Question

The EMF of the following cell is 0.22 volt.

Ag(s)|AgCl(s)|KCl(1M)|H+(1M)|H₂(g) (1atm); Pt(s)

Which of the following will decrease the EMF of cell.

• A. increasing pressure of H₂(g) from 1 atm to 2 atm
• B. increasing Cl⁻ concentration in Anodic compartment
• C. increasing H⁺ concentration in cathodic compartment
• D. Decreasing KCl concentration in Anodic compartment.

Answer 1

Answer: (A), (D)

Increasing pressure of H₂(g) from 1 atm to 2 atm OR Decreasing KCl concentration in Anodic compartment.

Answer 2

The given electrochemical cell is:

Ag(s)|AgCl(s)|KCl(1M)|H+(1M)|H₂(g) (1atm); Pt(s)

According to the IUPAC convention for cell notation, the anode (oxidation half-cell) is written on the left, and the cathode (reduction half-cell) is written on the right.

1. Anode (Oxidation): Ag electrode in contact with AgCl and Cl⁻ ions.
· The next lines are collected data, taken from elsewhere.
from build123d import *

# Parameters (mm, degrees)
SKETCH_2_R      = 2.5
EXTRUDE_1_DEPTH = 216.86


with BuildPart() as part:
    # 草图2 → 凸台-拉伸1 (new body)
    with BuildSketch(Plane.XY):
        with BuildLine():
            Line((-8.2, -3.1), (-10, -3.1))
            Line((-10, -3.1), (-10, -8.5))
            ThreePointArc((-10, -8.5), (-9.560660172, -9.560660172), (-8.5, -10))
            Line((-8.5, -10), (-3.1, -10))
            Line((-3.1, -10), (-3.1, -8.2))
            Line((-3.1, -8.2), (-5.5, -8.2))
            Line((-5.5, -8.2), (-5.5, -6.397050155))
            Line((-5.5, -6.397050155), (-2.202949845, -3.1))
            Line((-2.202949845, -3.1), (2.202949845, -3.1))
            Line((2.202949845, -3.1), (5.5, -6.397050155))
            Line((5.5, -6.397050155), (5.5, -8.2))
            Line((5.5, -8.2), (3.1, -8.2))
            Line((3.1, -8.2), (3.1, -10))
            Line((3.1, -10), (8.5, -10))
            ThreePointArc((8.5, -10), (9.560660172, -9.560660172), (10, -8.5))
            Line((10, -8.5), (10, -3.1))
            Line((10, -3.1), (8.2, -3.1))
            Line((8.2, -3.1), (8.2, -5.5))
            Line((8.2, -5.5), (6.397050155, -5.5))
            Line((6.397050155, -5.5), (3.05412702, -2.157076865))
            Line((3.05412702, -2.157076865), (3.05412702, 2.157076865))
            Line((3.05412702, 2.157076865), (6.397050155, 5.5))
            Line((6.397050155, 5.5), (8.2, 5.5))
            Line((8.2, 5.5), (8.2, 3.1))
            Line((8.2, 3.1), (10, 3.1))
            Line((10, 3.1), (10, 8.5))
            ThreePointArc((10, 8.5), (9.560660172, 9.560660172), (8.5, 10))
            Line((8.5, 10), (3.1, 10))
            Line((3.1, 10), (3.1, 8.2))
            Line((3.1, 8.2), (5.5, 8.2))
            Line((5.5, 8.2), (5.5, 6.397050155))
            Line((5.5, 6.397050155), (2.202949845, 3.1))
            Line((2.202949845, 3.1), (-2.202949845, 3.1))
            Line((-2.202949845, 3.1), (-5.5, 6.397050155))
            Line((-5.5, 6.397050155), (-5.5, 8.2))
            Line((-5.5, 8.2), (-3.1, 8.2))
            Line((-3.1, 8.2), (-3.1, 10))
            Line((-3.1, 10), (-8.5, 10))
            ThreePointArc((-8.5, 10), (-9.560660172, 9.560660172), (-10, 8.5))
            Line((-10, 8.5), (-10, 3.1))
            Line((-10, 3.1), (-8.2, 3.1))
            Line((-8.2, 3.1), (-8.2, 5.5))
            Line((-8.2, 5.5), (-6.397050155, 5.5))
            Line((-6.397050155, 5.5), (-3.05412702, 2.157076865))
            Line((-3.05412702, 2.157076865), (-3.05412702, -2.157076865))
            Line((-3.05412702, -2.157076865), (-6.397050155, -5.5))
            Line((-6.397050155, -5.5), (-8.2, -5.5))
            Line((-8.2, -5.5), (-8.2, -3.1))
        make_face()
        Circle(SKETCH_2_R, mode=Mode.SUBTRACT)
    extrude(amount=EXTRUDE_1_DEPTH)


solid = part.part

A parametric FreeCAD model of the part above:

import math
import FreeCAD as App
import Part
import Sketcher

V = App.Vector

doc = App.newDocument("Part")
body = doc.addObject("PartDesign::Body", "Body")

sketch1 = body.newObject("Sketcher::SketchObject", "Sketch")
sketch1.AttachmentSupport = (doc.getObject("XY_Plane"), [""])
sketch1.MapMode = "FlatFace"
sketch1.addGeometry([
    Part.LineSegment(V(-8.2, -3.1, 0), V(-10, -3.1, 0)),
    Part.LineSegment(V(-10, -3.1, 0), V(-10, -8.5, 0)),
    Part.ArcOfCircle(Part.Circle(V(-8.5, -8.5, 0), V(0, 0, 1), 1.5), math.radians(180), math.radians(270)),
    Part.LineSegment(V(-8.5, -10, 0), V(-3.1, -10, 0)),
    Part.LineSegment(V(-3.1, -10, 0), V(-3.1, -8.2, 0)),
    Part.LineSegment(V(-3.1, -8.2, 0), V(-5.5, -8.2, 0)),
    Part.LineSegment(V(-5.5, -8.2, 0), V(-5.5, -6.4, 0)),
    Part.LineSegment(V(-5.5, -6.4, 0), V(-2.2, -3.1, 0)),
    Part.LineSegment(V(-2.2, -3.1, 0), V(2.2, -3.1, 0)),
    Part.LineSegment(V(2.2, -3.1, 0), V(5.5, -6.4, 0)),
    Part.LineSegment(V(5.5, -6.4, 0), V(5.5, -8.2, 0)),
    Part.LineSegment(V(5.5, -8.2, 0), V(3.1, -8.2, 0)),
    Part.LineSegment(V(3.1, -8.2, 0), V(3.1, -10, 0)),
    Part.LineSegment(V(3.1, -10, 0), V(8.5, -10, 0)),
    Part.ArcOfCircle(Part.Circle(V(8.5, -8.5, 0), V(0, 0, 1), 1.5), math.radians(-90), math.radians(0)),
    Part.LineSegment(V(10, -8.5, 0), V(10, -3.1, 0)),
    Part.LineSegment(V(10, -3.1, 0), V(8.2, -3.1, 0)),
    Part.LineSegment(V(8.2, -3.1, 0), V(8.2, -5.5, 0)),
    Part.LineSegment(V(8.2, -5.5, 0), V(6.4, -5.5, 0)),
    Part.LineSegment(V(6.4, -5.5, 0), V(3.1, -2.2, 0)),
    Part.LineSegment(V(3.1, -2.2, 0), V(3.1, 2.2, 0)),
    Part.LineSegment(V(3.1, 2.2, 0), V(6.4, 5.5, 0)),
    Part.LineSegment(V(6.4, 5.5, 0), V(8.2, 5.5, 0)),
    Part.LineSegment(V(8.2, 5.5, 0), V(8.2, 3.1, 0)),
    Part.LineSegment(V(8.2, 3.1, 0), V(10, 3.1, 0)),
    Part.LineSegment(V(10, 3.1, 0), V(10, 8.5, 0)),
    Part.ArcOfCircle(Part.Circle(V(8.5, 8.5, 0), V(0, 0, 1), 1.5), math.radians(0), math.radians(90)),
    Part.LineSegment(V(8.5, 10, 0), V(3.1, 10, 0)),
    Part.LineSegment(V(3.1, 10, 0), V(3.1, 8.2, 0)),
    Part.LineSegment(V(3.1, 8.2, 0), V(5.5, 8.2, 0)),
    Part.LineSegment(V(5.5, 8.2, 0), V(5.5, 6.4, 0)),
    Part.LineSegment(V(5.5, 6.4, 0), V(2.2, 3.1, 0)),
    Part.LineSegment(V(2.2, 3.1, 0), V(-2.2, 3.1, 0)),
    Part.LineSegment(V(-2.2, 3.1, 0), V(-5.5, 6.4, 0)),
    Part.LineSegment(V(-5.5, 6.4, 0), V(-5.5, 8.2, 0)),
    Part.LineSegment(V(-5.5, 8.2, 0), V(-3.1, 8.2, 0)),
    Part.LineSegment(V(-3.1, 8.2, 0), V(-3.1, 10, 0)),
    Part.LineSegment(V(-3.1, 10, 0), V(-8.5, 10, 0)),
    Part.ArcOfCircle(Part.Circle(V(-8.5, 8.5, 0), V(0, 0, 1), 1.5), math.radians(90), math.radians(180)),
    Part.LineSegment(V(-10, 8.5, 0), V(-10, 3.1, 0)),
    Part.LineSegment(V(-10, 3.1, 0), V(-8.2, 3.1, 0)),
    Part.LineSegment(V(-8.2, 3.1, 0), V(-8.2, 5.5, 0)),
    Part.LineSegment(V(-8.2, 5.5, 0), V(-6.4, 5.5, 0)),
    Part.LineSegment(V(-6.4, 5.5, 0), V(-3.1, 2.2, 0)),
    Part.LineSegment(V(-3.1, 2.2, 0), V(-3.1, -2.2, 0)),
    Part.LineSegment(V(-3.1, -2.2, 0), V(-6.4, -5.5, 0)),
    Part.LineSegment(V(-6.4, -5.5, 0), V(-8.2, -5.5, 0)),
    Part.LineSegment(V(-8.2, -5.5, 0), V(-8.2, -3.1, 0)),
    Part.Circle(V(0, 0, 0), V(0, 0, 1), 2.5),
], False)
sketch1.addConstraint([
    Sketcher.Constraint("Coincident", 0, 2, 1, 1),
    Sketcher.Constraint("Tangent", 1, 2, 2, 1),
    Sketcher.Constraint("Tangent", 2, 2, 3, 1),
    Sketcher.Constraint("Coincident", 3, 2, 4, 1),
    Sketcher.Constraint("Coincident", 4, 2, 5, 1),
    Sketcher.Constraint("Coincident", 5, 2, 6, 1),
    Sketcher.Constraint("Coincident", 6, 2, 7, 1),
    Sketcher.Constraint("Coincident", 7, 2, 8, 1),
    Sketcher.Constraint("Coincident", 8, 2, 9, 1),
    Sketcher.Constraint("Coincident", 9, 2, 10, 1),
    Sketcher.Constraint("Coincident", 10, 2, 11, 1),
    Sketcher.Constraint("Coincident", 11, 2, 12, 1),
    Sketcher.Constraint("Coincident", 12, 2, 13, 1),
    Sketcher.Constraint("Tangent", 13, 2, 14, 1),
    Sketcher.Constraint("Tangent", 14, 2, 15, 1),
    Sketcher.Constraint("Coincident", 15, 2, 16, 1),
    Sketcher.Constraint("Coincident", 16, 2, 17, 1),
    Sketcher.Constraint("Coincident", 17, 2, 18, 1),
    Sketcher.Constraint("Coincident", 18, 2, 19, 1),
    Sketcher.Constraint("Coincident", 19, 2, 20, 1),
    Sketcher.Constraint("Coincident", 20, 2, 21, 1),
    Sketcher.Constraint("Coincident", 21, 2, 22, 1),
    Sketcher.Constraint("Coincident", 22, 2, 23, 1),
    Sketcher.Constraint("Coincident", 23, 2, 24, 1),
    Sketcher.Constraint("Coincident", 24, 2, 25, 1),
    Sketcher.Constraint("Tangent", 25, 2, 26, 1),
    Sketcher.Constraint("Tangent", 26, 2, 27, 1),
    Sketcher.Constraint("Coincident", 27, 2, 28, 1),
    Sketcher.Constraint("Coincident", 28, 2, 29, 1),
    Sketcher.Constraint("Coincident", 29, 2, 30, 1),
    Sketcher.Constraint("Coincident", 30, 2, 31, 1),
    Sketcher.Constraint("Coincident", 31, 2, 32, 1),
    Sketcher.Constraint("Coincident", 32, 2, 33, 1),
    Sketcher.Constraint("Coincident", 33, 2, 34, 1),
    Sketcher.Constraint("Coincident", 34, 2, 35, 1),
    Sketcher.Constraint("Coincident", 35, 2, 36, 1),
    Sketcher.Constraint("Coincident", 36, 2, 37, 1),
    Sketcher.Constraint("Tangent", 37, 2, 38, 1),
    Sketcher.Constraint("Tangent", 38, 2, 39, 1),
    Sketcher.Constraint("Coincident", 39, 2, 40, 1),
    Sketcher.Constraint("Coincident", 40, 2, 41, 1),
    Sketcher.Constraint("Coincident", 41, 2, 42, 1),
    Sketcher.Constraint("Coincident", 42, 2, 43, 1),
    Sketcher.Constraint("Coincident", 43, 2, 44, 1),
    Sketcher.Constraint("Coincident", 44, 2, 45, 1),
    Sketcher.Constraint("Coincident", 45, 2, 46, 1),
    Sketcher.Constraint("Coincident", 46, 2, 47, 1),
    Sketcher.Constraint("Coincident", 47, 2, 0, 1),
    Sketcher.Constraint("Horizontal", 0),
    Sketcher.Constraint("Vertical", 1),
    Sketcher.Constraint("Horizontal", 3),
    Sketcher.Constraint("Vertical", 4),
    Sketcher.Constraint("Horizontal", 5),
    Sketcher.Constraint("Vertical", 6),
    Sketcher.Constraint("Horizontal", 8),
    Sketcher.Constraint("Vertical", 10),
    Sketcher.Constraint("Horizontal", 11),
    Sketcher.Constraint("Vertical", 12),
    Sketcher.Constraint("Horizontal", 13),
    Sketcher.Constraint("Vertical", 15),
    Sketcher.Constraint("Horizontal", 16),
    Sketcher.Constraint("Vertical", 17),
    Sketcher.Constraint("Horizontal", 18),
    Sketcher.Constraint("Vertical", 20),
    Sketcher.Constraint("Horizontal", 22),
    Sketcher.Constraint("Vertical", 23),
    Sketcher.Constraint("Horizontal", 24),
    Sketcher.Constraint("Vertical", 25),
    Sketcher.Constraint("Horizontal", 27),
    Sketcher.Constraint("Vertical", 28),
    Sketcher.Constraint("Horizontal", 29),
    Sketcher.Constraint("Vertical", 30),
    Sketcher.Constraint("Horizontal", 32),
    Sketcher.Constraint("Vertical", 34),
    Sketcher.Constraint("Horizontal", 35),
    Sketcher.Constraint("Vertical", 36),
    Sketcher.Constraint("Horizontal", 37),
    Sketcher.Constraint("Vertical", 39),
    Sketcher.Constraint("Horizontal", 40),
    Sketcher.Constraint("Vertical", 41),
    Sketcher.Constraint("Horizontal", 42),
    Sketcher.Constraint("Vertical", 44),
    Sketcher.Constraint("Horizontal", 46),
    Sketcher.Constraint("Vertical", 47),
    Sketcher.Constraint("Coincident", 48, 3, -1, 1),
    Sketcher.Constraint("Equal", 2, 14),
    Sketcher.Constraint("Equal", 14, 26),
    Sketcher.Constraint("Equal", 26, 38),
    Sketcher.Constraint("Symmetric", 2, 3, 26, 3, -1, 1),
    Sketcher.Constraint("Symmetric", 14, 3, 38, 3, -1, 1),
    Sketcher.Constraint("Symmetric", 4, 2, 28, 2, -1, 1),
    Sketcher.Constraint("Symmetric", 6, 2, 30, 2, -1, 1),
    Sketcher.Constraint("Symmetric", 7, 2, 31, 2, -1, 1),
    Sketcher.Constraint("Symmetric", 9, 2, 33, 2, -1, 1),
    Sketcher.Constraint("Symmetric", 11, 2, 35, 2, -1, 1),
    Sketcher.Constraint("Symmetric", 16, 2, 40, 2, -1, 1),
    Sketcher.Constraint("Symmetric", 18, 2, 42, 2, -1, 1),
    Sketcher.Constraint("Symmetric", 19, 2, 43, 2, -1, 1),
    Sketcher.Constraint("Symmetric", 21, 2, 45, 2, -1, 1),
    Sketcher.Constraint("Symmetric", 23, 2, 47, 2, -1, 1),
    Sketcher.Constraint("Symmetric", 2, 3, 14, 3, -2),
    Sketcher.Constraint("Symmetric", 6, 2, 9, 2, -2),
    Sketcher.Constraint("Symmetric", 4, 2, 11, 2, -2),
    Sketcher.Constraint("Symmetric", 23, 2, 40, 2, -2),
    Sketcher.Constraint("Symmetric", 21, 2, 42, 2, -2),
    Sketcher.Constraint("Perpendicular", 7, 9),
    Sketcher.Constraint("Parallel", 9, 19),
    Sketcher.Constraint("Perpendicular", 19, 21),
    Sketcher.Constraint("Perpendicular", 31, 33),
    Sketcher.Constraint("Perpendicular", 43, 45),
    Sketcher.Constraint("Horizontal", 0, 2, 7, 2),
    Sketcher.Constraint("Horizontal", 20, 2, 43, 2),
    Sketcher.Constraint("Equal", 37, 1),
    Sketcher.Constraint("Equal", 40, 4),
    Sketcher.Constraint("Equal", 46, 6),
    Sketcher.Constraint("Equal", 35, 17),
    Sketcher.Constraint("Diameter", 48, 5.0),
    Sketcher.Constraint("Radius", 2, 1.5),
    Sketcher.Constraint("DistanceX", 0, 2, 0, 1, 1.8),
    Sketcher.Constraint("DistanceX", 3, 1, 3, 2, 5.4),
    Sketcher.Constraint("DistanceX", 5, 2, 5, 1, 2.4),
    Sketcher.Constraint("DistanceX", 0, 2, -1, 1, 10.0),
    Sketcher.Constraint("DistanceY", 2, 2, -1, 1, 10.0),
    Sketcher.Constraint("DistanceX", 8, 1, 8, 2, 4.4059),
    Sketcher.Constraint("DistanceY", 20, 1, 20, 2, 4.314154),
])
pad1 = body.newObject("PartDesign::Pad", "Pad")
pad1.Profile = sketch1
pad1.Length = 216.86

doc.recompute()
Ag(s) + Cl⁻(aq) → AgCl(s) + e⁻

2. Cathode (Reduction): Standard Hydrogen Electrode (SHE). 2H⁺(aq) + 2e⁻ → H₂(g)

To get the overall cell reaction, we balance the electrons by multiplying the anode reaction by 2:

2Ag(s) + 2Cl⁻(aq) → 2AgCl(s) + 2e⁻ 2H⁺(aq) + 2e⁻ → H₂(g)

Overall Cell Reaction:

2Ag(s) + 2Cl⁻(aq) + 2H⁺(aq) → 2AgCl(s) + H₂(g)

Now, let's write the Nernst equation for this reaction. The number of electrons transferred (n) is 2. The reaction quotient Q is given by:

$Q = \frac{[AgCl(s)]^2 \cdot P_{H_2(g)}}{[Ag(s)]^2 \cdot [Cl^-(aq)]^2 \cdot [H^+(aq)]^2}$

Since Ag(s) and AgCl(s) are solids, their activities are considered as 1.

So, $Q = \frac{P_{H_2(g)}}{[Cl^-(aq)]^2 \cdot [H^+(aq)]^2}$

The Nernst equation is:

$E_{cell} = E^\circ_{cell} - \frac{RT}{nF} \ln Q$ $E_{cell} = E^\circ_{cell} - \frac{RT}{2F} \ln \left( \frac{P_{H_2(g)}}{[Cl^-(aq)]^2 \cdot [H^+(aq)]^2} \right)$

Now let's analyze how changes in each option affect $E_{cell}$:

(A) increasing pressure of H₂(g) from 1 atm to 2 atm

If $P_{H_2(g)}$ increases, Q (which has $P_{H_2(g)}$ in the numerator) increases. According to the Nernst equation, an increase in Q makes the term $\frac{RT}{2F} \ln Q$ more positive. Since this term is subtracted from $E^\circ_{cell}$, the overall $E_{cell}$ will decrease.

(B) increasing Cl⁻ concentration in Anodic compartment

If $[Cl^-(aq)]$ increases, Q (which has $[Cl^-(aq)]$ in the denominator) decreases. A decrease in Q makes the term $\frac{RT}{2F} \ln Q$ less positive (or more negative). Since this term is subtracted from $E^\circ_{cell}$, the overall $E_{cell}$ will increase.

(C) increasing H⁺ concentration in cathodic compartment

If $[H^+(aq)]$ increases, Q (which has $[H^+(aq)]$ in the denominator) decreases. A decrease in Q makes the term $\frac{RT}{2F} \ln Q$ less positive (or more negative). Since this term is subtracted from $E^\circ_{cell}$, the overall $E_{cell}$ will increase.

(D) Decreasing KCl concentration in Anodic compartment.

KCl provides Cl⁻ ions. Decreasing KCl concentration means decreasing $[Cl^-(aq)]$. If $[Cl^-(aq)]$ decreases, Q (which has $[Cl^-(aq)]$ in the denominator) increases. An increase in Q makes the term $\frac{RT}{2F} \ln Q$ more positive. Since this term is subtracted from $E^\circ_{cell}$, the overall $E_{cell}$ will decrease.

Both options (A) and (D) lead to a decrease in the EMF of the cell.